Proceedings of SPIE | 2017
Miguel A. Lago; Craig K. Abbey; Miguel P. Eckstein
We evaluate 3D search requires model observers that take into account the peripheral human visual processing (foveated models) to predict human observer performance. We show that two different 3D tasks, free search and location-known detection, influence the relative human visual detectability of two signals of different sizes in synthetic backgrounds mimicking the noise found in 3D digital breast tomosynthesis. One of the signals resembled a microcalcification (a small and bright sphere), while the other one was designed to look like a mass (a larger Gaussian blob). We evaluated current standard models observers (Hotelling; Channelized Hotelling; non-prewhitening matched filter with eye filter, NPWE; and non-prewhitening matched filter model, NPW) and showed that they incorrectly predict the relative detectability of the two signals in 3D search.

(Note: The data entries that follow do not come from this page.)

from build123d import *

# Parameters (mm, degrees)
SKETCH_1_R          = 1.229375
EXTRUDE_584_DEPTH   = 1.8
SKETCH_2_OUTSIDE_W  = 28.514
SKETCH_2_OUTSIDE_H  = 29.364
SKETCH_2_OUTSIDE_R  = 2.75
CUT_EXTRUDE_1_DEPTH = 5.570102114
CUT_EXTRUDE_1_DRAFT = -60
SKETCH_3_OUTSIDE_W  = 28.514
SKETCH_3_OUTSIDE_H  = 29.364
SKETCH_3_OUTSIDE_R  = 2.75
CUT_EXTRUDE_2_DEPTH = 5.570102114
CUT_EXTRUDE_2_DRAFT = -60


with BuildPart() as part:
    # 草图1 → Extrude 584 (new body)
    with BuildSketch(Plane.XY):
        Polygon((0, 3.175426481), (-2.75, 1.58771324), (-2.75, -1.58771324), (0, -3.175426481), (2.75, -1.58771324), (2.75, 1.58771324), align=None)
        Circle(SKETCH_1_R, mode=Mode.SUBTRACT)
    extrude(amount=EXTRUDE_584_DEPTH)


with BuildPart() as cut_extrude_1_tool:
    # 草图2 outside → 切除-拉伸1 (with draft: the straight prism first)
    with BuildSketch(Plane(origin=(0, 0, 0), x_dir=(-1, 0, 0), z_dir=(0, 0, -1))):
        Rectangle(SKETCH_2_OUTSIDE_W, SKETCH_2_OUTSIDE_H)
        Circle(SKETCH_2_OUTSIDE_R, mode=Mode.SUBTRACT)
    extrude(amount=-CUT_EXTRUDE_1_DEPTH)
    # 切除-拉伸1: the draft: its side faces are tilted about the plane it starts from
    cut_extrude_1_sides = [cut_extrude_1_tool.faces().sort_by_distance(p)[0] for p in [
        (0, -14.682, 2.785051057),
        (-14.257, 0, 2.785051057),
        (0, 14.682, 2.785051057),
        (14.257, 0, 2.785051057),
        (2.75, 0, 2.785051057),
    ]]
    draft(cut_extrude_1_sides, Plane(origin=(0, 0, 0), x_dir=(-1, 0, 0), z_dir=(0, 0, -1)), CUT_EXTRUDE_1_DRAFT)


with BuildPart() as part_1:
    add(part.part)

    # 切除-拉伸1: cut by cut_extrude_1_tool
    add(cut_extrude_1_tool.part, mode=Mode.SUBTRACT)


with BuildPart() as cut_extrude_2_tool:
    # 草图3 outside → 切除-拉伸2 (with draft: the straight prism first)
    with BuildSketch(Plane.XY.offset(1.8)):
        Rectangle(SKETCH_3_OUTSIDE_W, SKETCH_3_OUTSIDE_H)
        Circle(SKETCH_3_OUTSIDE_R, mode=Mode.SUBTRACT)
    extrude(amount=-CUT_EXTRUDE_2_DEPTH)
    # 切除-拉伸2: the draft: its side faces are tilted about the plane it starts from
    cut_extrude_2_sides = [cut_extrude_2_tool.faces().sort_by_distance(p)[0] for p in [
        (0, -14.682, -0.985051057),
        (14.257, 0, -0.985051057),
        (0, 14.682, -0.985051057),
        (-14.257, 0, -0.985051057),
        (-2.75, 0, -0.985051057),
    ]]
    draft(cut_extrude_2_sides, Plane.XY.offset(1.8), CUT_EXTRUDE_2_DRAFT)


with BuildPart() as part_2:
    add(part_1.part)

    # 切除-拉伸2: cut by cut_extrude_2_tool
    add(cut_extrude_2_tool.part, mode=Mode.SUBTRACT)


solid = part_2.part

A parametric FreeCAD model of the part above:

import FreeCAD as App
import Part
import Sketcher

V = App.Vector
Q = App.Units.Quantity


def faces_at(feature, points):
    """Names of the faces that lie closest to the given points."""
    faces = feature.Shape.Faces
    near = lambda p: min(range(len(faces)), key=lambda i: faces[i].distToShape(Part.Vertex(*p))[0])
    return sorted({f"Face{near(p) + 1}" for p in points})

doc = App.newDocument("Part")
body = doc.addObject("PartDesign::Body", "Body")

# Sketch on XY plane
sketch1 = body.newObject("Sketcher::SketchObject", "Sketch")
sketch1.AttachmentSupport = (doc.getObject("XY_Plane"), [""])
sketch1.MapMode = "FlatFace"
sketch1.addGeometry([
    Part.LineSegment(V(0, 3.175426, 0), V(-2.75, 1.587713, 0)),  # 0
    Part.LineSegment(V(-2.75, 1.587713, 0), V(-2.75, -1.587713, 0)),  # 1
    Part.LineSegment(V(-2.75, -1.587713, 0), V(0, -3.175426, 0)),  # 2
    Part.LineSegment(V(0, -3.175426, 0), V(2.75, -1.587713, 0)),  # 3
    Part.LineSegment(V(2.75, -1.587713, 0), V(2.75, 1.587713, 0)),  # 4
    Part.LineSegment(V(2.75, 1.587713, 0), V(0, 3.175426, 0)),  # 5
    Part.Circle(V(0, 0, 0), V(0, 0, 1), 1.229375),  # 6
], False)
sketch1.addConstraint([
    Sketcher.Constraint("Coincident", 0, 2, 1, 1),
    Sketcher.Constraint("Coincident", 1, 2, 2, 1),
    Sketcher.Constraint("Coincident", 2, 2, 3, 1),
    Sketcher.Constraint("Coincident", 3, 2, 4, 1),
    Sketcher.Constraint("Coincident", 4, 2, 5, 1),
    Sketcher.Constraint("Coincident", 5, 2, 0, 1),
    Sketcher.Constraint("Vertical", 1),
    Sketcher.Constraint("Vertical", 4),
    Sketcher.Constraint("Coincident", 6, 3, -1, 1),
    Sketcher.Constraint("Symmetric", 0, 2, 3, 2, -1, 1),
    Sketcher.Constraint("Symmetric", 2, 2, 5, 2, -1, 1),
    Sketcher.Constraint("PointOnObject", 2, 2, -2),
    Sketcher.Constraint("Parallel", 2, 5),
    Sketcher.Constraint("Horizontal", 1, 2, 3, 2),
    Sketcher.Constraint("Angle", 0, Q("-150 deg")),
    Sketcher.Constraint("DistanceX", 1, 2, 3, 2, 5.5),
    Sketcher.Constraint("Diameter", 6, 2.45875),
    Sketcher.Constraint("DistanceY", 1, 2, 1, 1, 3.175426),
])
pad1 = body.newObject("PartDesign::Pad", "Pad")
pad1.Profile = sketch1
pad1.Length = 1.8
body2 = doc.addObject("PartDesign::Body", "Body001")

# Sketch on XY plane
sketch2 = body2.newObject("Sketcher::SketchObject", "Sketch001")
sketch2.AttachmentSupport = (doc.getObject("XY_Plane001"), [""])
sketch2.MapMode = "FlatFace"
sketch2.addGeometry([
    Part.LineSegment(V(14.257, 14.682, 0), V(14.257, -14.682, 0)),  # 0
    Part.LineSegment(V(14.257, -14.682, 0), V(-14.257, -14.682, 0)),  # 1
    Part.LineSegment(V(-14.257, -14.682, 0), V(-14.257, 14.682, 0)),  # 2
    Part.LineSegment(V(-14.257, 14.682, 0), V(14.257, 14.682, 0)),  # 3
    Part.Circle(V(0, 0, 0), V(0, 0, 1), 2.75),  # 4
], False)
sketch2.addConstraint([
    Sketcher.Constraint("Coincident", 0, 2, 1, 1),
    Sketcher.Constraint("Coincident", 1, 2, 2, 1),
    Sketcher.Constraint("Coincident", 2, 2, 3, 1),
    Sketcher.Constraint("Coincident", 3, 2, 0, 1),
    Sketcher.Constraint("Vertical", 0),
    Sketcher.Constraint("Horizontal", 1),
    Sketcher.Constraint("Vertical", 2),
    Sketcher.Constraint("Horizontal", 3),
    Sketcher.Constraint("Coincident", 4, 3, -1, 1),
    Sketcher.Constraint("Symmetric", 0, 2, 2, 2, -1, 1),
    Sketcher.Constraint("Diameter", 4, 5.5),
    Sketcher.Constraint("DistanceX", 1, 2, 1, 1, 28.514),
    Sketcher.Constraint("DistanceY", 0, 2, 0, 1, 29.364),
])
pad2 = body2.newObject("PartDesign::Pad", "Pad001")
pad2.Profile = sketch2
pad2.Length = 5.570102
doc.recompute()

draft = body2.newObject("PartDesign::Draft", "Draft")
draft.Base = (pad2, faces_at(pad2, [
    (0, -14.682, 2.785),
    (-14.257, 0, 2.785),
    (0, 14.682, 2.785),
    (14.257, 0, 2.785),
    (2.75, 0, 2.785),
]))
draft.NeutralPlane = (doc.getObject("XY_Plane001"), [""])
draft.Angle = 60
draft.Reversed = False
doc.recompute()

boolean = body.newObject("PartDesign::Boolean", "Boolean")
boolean.Type = "Cut"
boolean.addObjects([body2])
body3 = doc.addObject("PartDesign::Body", "Body002")

# Sketch on XY plane
sketch3 = body3.newObject("Sketcher::SketchObject", "Sketch002")
sketch3.AttachmentSupport = (doc.getObject("XY_Plane002"), [""])
sketch3.MapMode = "FlatFace"
sketch3.AttachmentOffset = App.Placement(V(0, 0, 1.8), App.Rotation())
sketch3.addGeometry([
    Part.LineSegment(V(-14.257, 14.682, 0), V(-14.257, -14.682, 0)),  # 0
    Part.LineSegment(V(-14.257, -14.682, 0), V(14.257, -14.682, 0)),  # 1
    Part.LineSegment(V(14.257, -14.682, 0), V(14.257, 14.682, 0)),  # 2
    Part.LineSegment(V(14.257, 14.682, 0), V(-14.257, 14.682, 0)),  # 3
    Part.Circle(V(0, 0, 0), V(0, 0, 1), 2.75),  # 4
], False)
sketch3.addConstraint([
    Sketcher.Constraint("Coincident", 0, 2, 1, 1),
    Sketcher.Constraint("Coincident", 1, 2, 2, 1),
    Sketcher.Constraint("Coincident", 2, 2, 3, 1),
    Sketcher.Constraint("Coincident", 3, 2, 0, 1),
    Sketcher.Constraint("Vertical", 0),
    Sketcher.Constraint("Horizontal", 1),
    Sketcher.Constraint("Vertical", 2),
    Sketcher.Constraint("Horizontal", 3),
    Sketcher.Constraint("Coincident", 4, 3, -1, 1),
    Sketcher.Constraint("Symmetric", 0, 2, 2, 2, -1, 1),
    Sketcher.Constraint("Diameter", 4, 5.5),
    Sketcher.Constraint("DistanceX", 1, 1, 1, 2, 28.514),
    Sketcher.Constraint("DistanceY", 0, 2, 0, 1, 29.364),
])
pad3 = body3.newObject("PartDesign::Pad", "Pad002")
pad3.Profile = sketch3
pad3.Length = 5.570102
pad3.Reversed = True
doc.recompute()

datumplane = body3.newObject("PartDesign::Plane", "DatumPlane")
datumplane.AttachmentSupport = (doc.getObject("XY_Plane002"), [""])
datumplane.MapMode = "FlatFace"
datumplane.AttachmentOffset = App.Placement(V(0, 0, 1.8), App.Rotation())
draft2 = body3.newObject("PartDesign::Draft", "Draft001")
draft2.Base = (pad3, faces_at(pad3, [
    (0, -14.682, -0.985),
    (14.257, 0, -0.985),
    (0, 14.682, -0.985),
    (-14.257, 0, -0.985),
    (-2.75, 0, -0.985),
]))
draft2.NeutralPlane = (datumplane, [""])
draft2.Angle = 60
draft2.Reversed = True
doc.recompute()

boolean2 = body.newObject("PartDesign::Boolean", "Boolean001")
boolean2.Type = "Cut"
boolean2.addObjects([body3])

doc.recompute()
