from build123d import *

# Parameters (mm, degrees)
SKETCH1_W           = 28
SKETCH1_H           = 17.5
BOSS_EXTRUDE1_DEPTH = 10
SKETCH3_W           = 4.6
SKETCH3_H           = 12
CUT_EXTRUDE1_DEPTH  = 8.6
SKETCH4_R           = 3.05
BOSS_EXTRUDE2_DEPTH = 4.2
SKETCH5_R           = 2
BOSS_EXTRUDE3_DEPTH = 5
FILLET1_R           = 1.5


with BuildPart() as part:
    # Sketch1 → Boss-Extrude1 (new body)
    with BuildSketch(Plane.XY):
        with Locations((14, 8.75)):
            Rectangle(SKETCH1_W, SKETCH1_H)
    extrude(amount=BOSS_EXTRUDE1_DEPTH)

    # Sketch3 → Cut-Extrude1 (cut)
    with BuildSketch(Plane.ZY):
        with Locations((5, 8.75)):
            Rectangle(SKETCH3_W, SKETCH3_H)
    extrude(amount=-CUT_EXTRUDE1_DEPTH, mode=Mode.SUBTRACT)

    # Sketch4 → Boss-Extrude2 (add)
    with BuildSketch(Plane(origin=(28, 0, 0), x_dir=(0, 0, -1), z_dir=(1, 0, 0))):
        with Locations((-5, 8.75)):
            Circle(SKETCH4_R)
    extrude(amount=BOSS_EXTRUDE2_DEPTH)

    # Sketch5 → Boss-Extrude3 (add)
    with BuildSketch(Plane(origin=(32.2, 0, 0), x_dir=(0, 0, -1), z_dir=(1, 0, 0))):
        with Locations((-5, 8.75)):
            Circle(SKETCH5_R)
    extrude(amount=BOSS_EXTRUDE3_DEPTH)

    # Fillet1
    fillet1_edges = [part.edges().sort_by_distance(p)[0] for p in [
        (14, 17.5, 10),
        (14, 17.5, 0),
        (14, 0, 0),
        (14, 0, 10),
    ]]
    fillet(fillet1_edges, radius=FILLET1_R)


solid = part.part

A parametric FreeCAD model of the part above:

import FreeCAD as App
import Part
import Sketcher
Q = App.Units.Quantity


def edges_at(feature, points):
    """Names of the edges that pass closest to the given points."""
    edges = feature.Shape.Edges
    near = lambda p: min(range(len(edges)), key=lambda i: edges[i].distToShape(Part.Vertex(*p))[0])
    return sorted({f"Edge{near(p) + 1}" for p in points})


def add_polygon(sketch, points):
    """Adds a closed chain of lines whose ends are joined by coincident constraints."""
    first, n = sketch.GeometryCount, len(points)
    for a, b in zip(points, points[1:] + points[:1]):
        sketch.addGeometry(Part.LineSegment(App.Vector(*a, 0), App.Vector(*b, 0)), False)
    for i in range(n):
        sketch.addConstraint(Sketcher.Constraint("Coincident", first + i, 2, first + (i + 1) % n, 1))

doc = App.newDocument("Part")
body = doc.addObject("PartDesign::Body", "Body")

# Sketch on XY plane
sketch1 = doc.addObject("Sketcher::SketchObject", "Sketch")
body.addObject(sketch1)
sketch1.AttachmentSupport = (doc.XY_Plane, [""])
sketch1.MapMode = "FlatFace"
add_polygon(sketch1, [(0, 18), (0, 0), (28, 0), (28, 18)])  # lines 0-3
sketch1.addConstraint([
    Sketcher.Constraint("Vertical", 0),
    Sketcher.Constraint("Horizontal", 1),
    Sketcher.Constraint("Vertical", 2),
    Sketcher.Constraint("Horizontal", 3),
    Sketcher.Constraint("Coincident", 0, 2, -1, 1),
    Sketcher.Constraint("DistanceX", 1, 1, 1, 2, Q("28 mm")),
    Sketcher.Constraint("DistanceY", 0, 2, 0, 1, Q("17.5 mm")),
])
pad1 = doc.addObject("PartDesign::Pad", "Pad")
body.addObject(pad1)
pad1.Profile = sketch1
pad1.Length = 10

# Sketch on YZ plane
sketch2 = doc.addObject("Sketcher::SketchObject", "Sketch001")
body.addObject(sketch2)
sketch2.AttachmentSupport = (doc.YZ_Plane, [""])
sketch2.MapMode = "FlatFace"
add_polygon(sketch2, [(14.8, 2.7), (2.8, 2.7), (2.8, 7.3), (14.8, 7.3)])  # lines 0-3
sketch2.addConstraint([
    Sketcher.Constraint("Horizontal", 0),
    Sketcher.Constraint("Vertical", 1),
    Sketcher.Constraint("Horizontal", 2),
    Sketcher.Constraint("Vertical", 3),
    Sketcher.Constraint("DistanceX", 0, 2, 0, 1, Q("12 mm")),
    Sketcher.Constraint("DistanceY", 1, 1, 1, 2, Q("4.6 mm")),
    Sketcher.Constraint("DistanceY", -1, 1, 0, 2, Q("2.7 mm")),
    Sketcher.Constraint("DistanceX", -1, 1, 0, 2, Q("2.75 mm")),
])
pocket1 = doc.addObject("PartDesign::Pocket", "Pocket")
body.addObject(pocket1)
pocket1.Profile = sketch2
pocket1.Length = 8.6
pocket1.Reversed = True

# Sketch on YZ plane
sketch3 = doc.addObject("Sketcher::SketchObject", "Sketch002")
body.addObject(sketch3)
sketch3.AttachmentSupport = (doc.YZ_Plane, [""])
sketch3.MapMode = "FlatFace"
sketch3.AttachmentOffset = App.Placement(App.Vector(0, 0, 28), App.Rotation())
sketch3.addGeometry(Part.Circle(App.Vector(8.8, 5, 0), App.Vector(0, 0, 1), 3), False)
sketch3.addConstraint([
    Sketcher.Constraint("Diameter", 0, Q("6.1 mm")),
    Sketcher.Constraint("DistanceY", -1, 1, 0, 3, Q("5 mm")),
    Sketcher.Constraint("DistanceX", -1, 1, 0, 3, Q("8.75 mm")),
])
pad2 = doc.addObject("PartDesign::Pad", "Pad001")
body.addObject(pad2)
pad2.Profile = sketch3
pad2.Length = 4.2

# Sketch on YZ plane
sketch4 = doc.addObject("Sketcher::SketchObject", "Sketch003")
body.addObject(sketch4)
sketch4.AttachmentSupport = (doc.YZ_Plane, [""])
sketch4.MapMode = "FlatFace"
sketch4.AttachmentOffset = App.Placement(App.Vector(0, 0, 32.2), App.Rotation())
sketch4.addGeometry(Part.Circle(App.Vector(8.8, 5, 0), App.Vector(0, 0, 1), 2), False)
sketch4.addConstraint([
    Sketcher.Constraint("Diameter", 0, Q("4 mm")),
    Sketcher.Constraint("DistanceY", -1, 1, 0, 3, Q("5 mm")),
    Sketcher.Constraint("DistanceX", -1, 1, 0, 3, Q("8.75 mm")),
])
pad3 = doc.addObject("PartDesign::Pad", "Pad002")
body.addObject(pad3)
pad3.Profile = sketch4
pad3.Length = 5
doc.recompute()

fillet = doc.addObject("PartDesign::Fillet", "Fillet")
body.addObject(fillet)
fillet.Base = (pad3, edges_at(pad3, [
    (14, 17.5, 10),
    (14, 17.5, 0),
    (14, 0, 0),
    (14, 0, 10),
]))
fillet.Radius = 1.5

doc.recompute()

We propose a new model observer (3D Foveated Channelized Hotelling Observer) that incorporates the properties of the visual system over a large visual field (fovea and periphery). We show that the foveated model observer can accurately predict the rank order of detectability of the signals in 3D images for each task. Together, these results motivate the use of a new generation of foveated model observers for predicting image quality for search tasks in 3D imaging modalities such as digital breast tomosynthesis or computed tomography.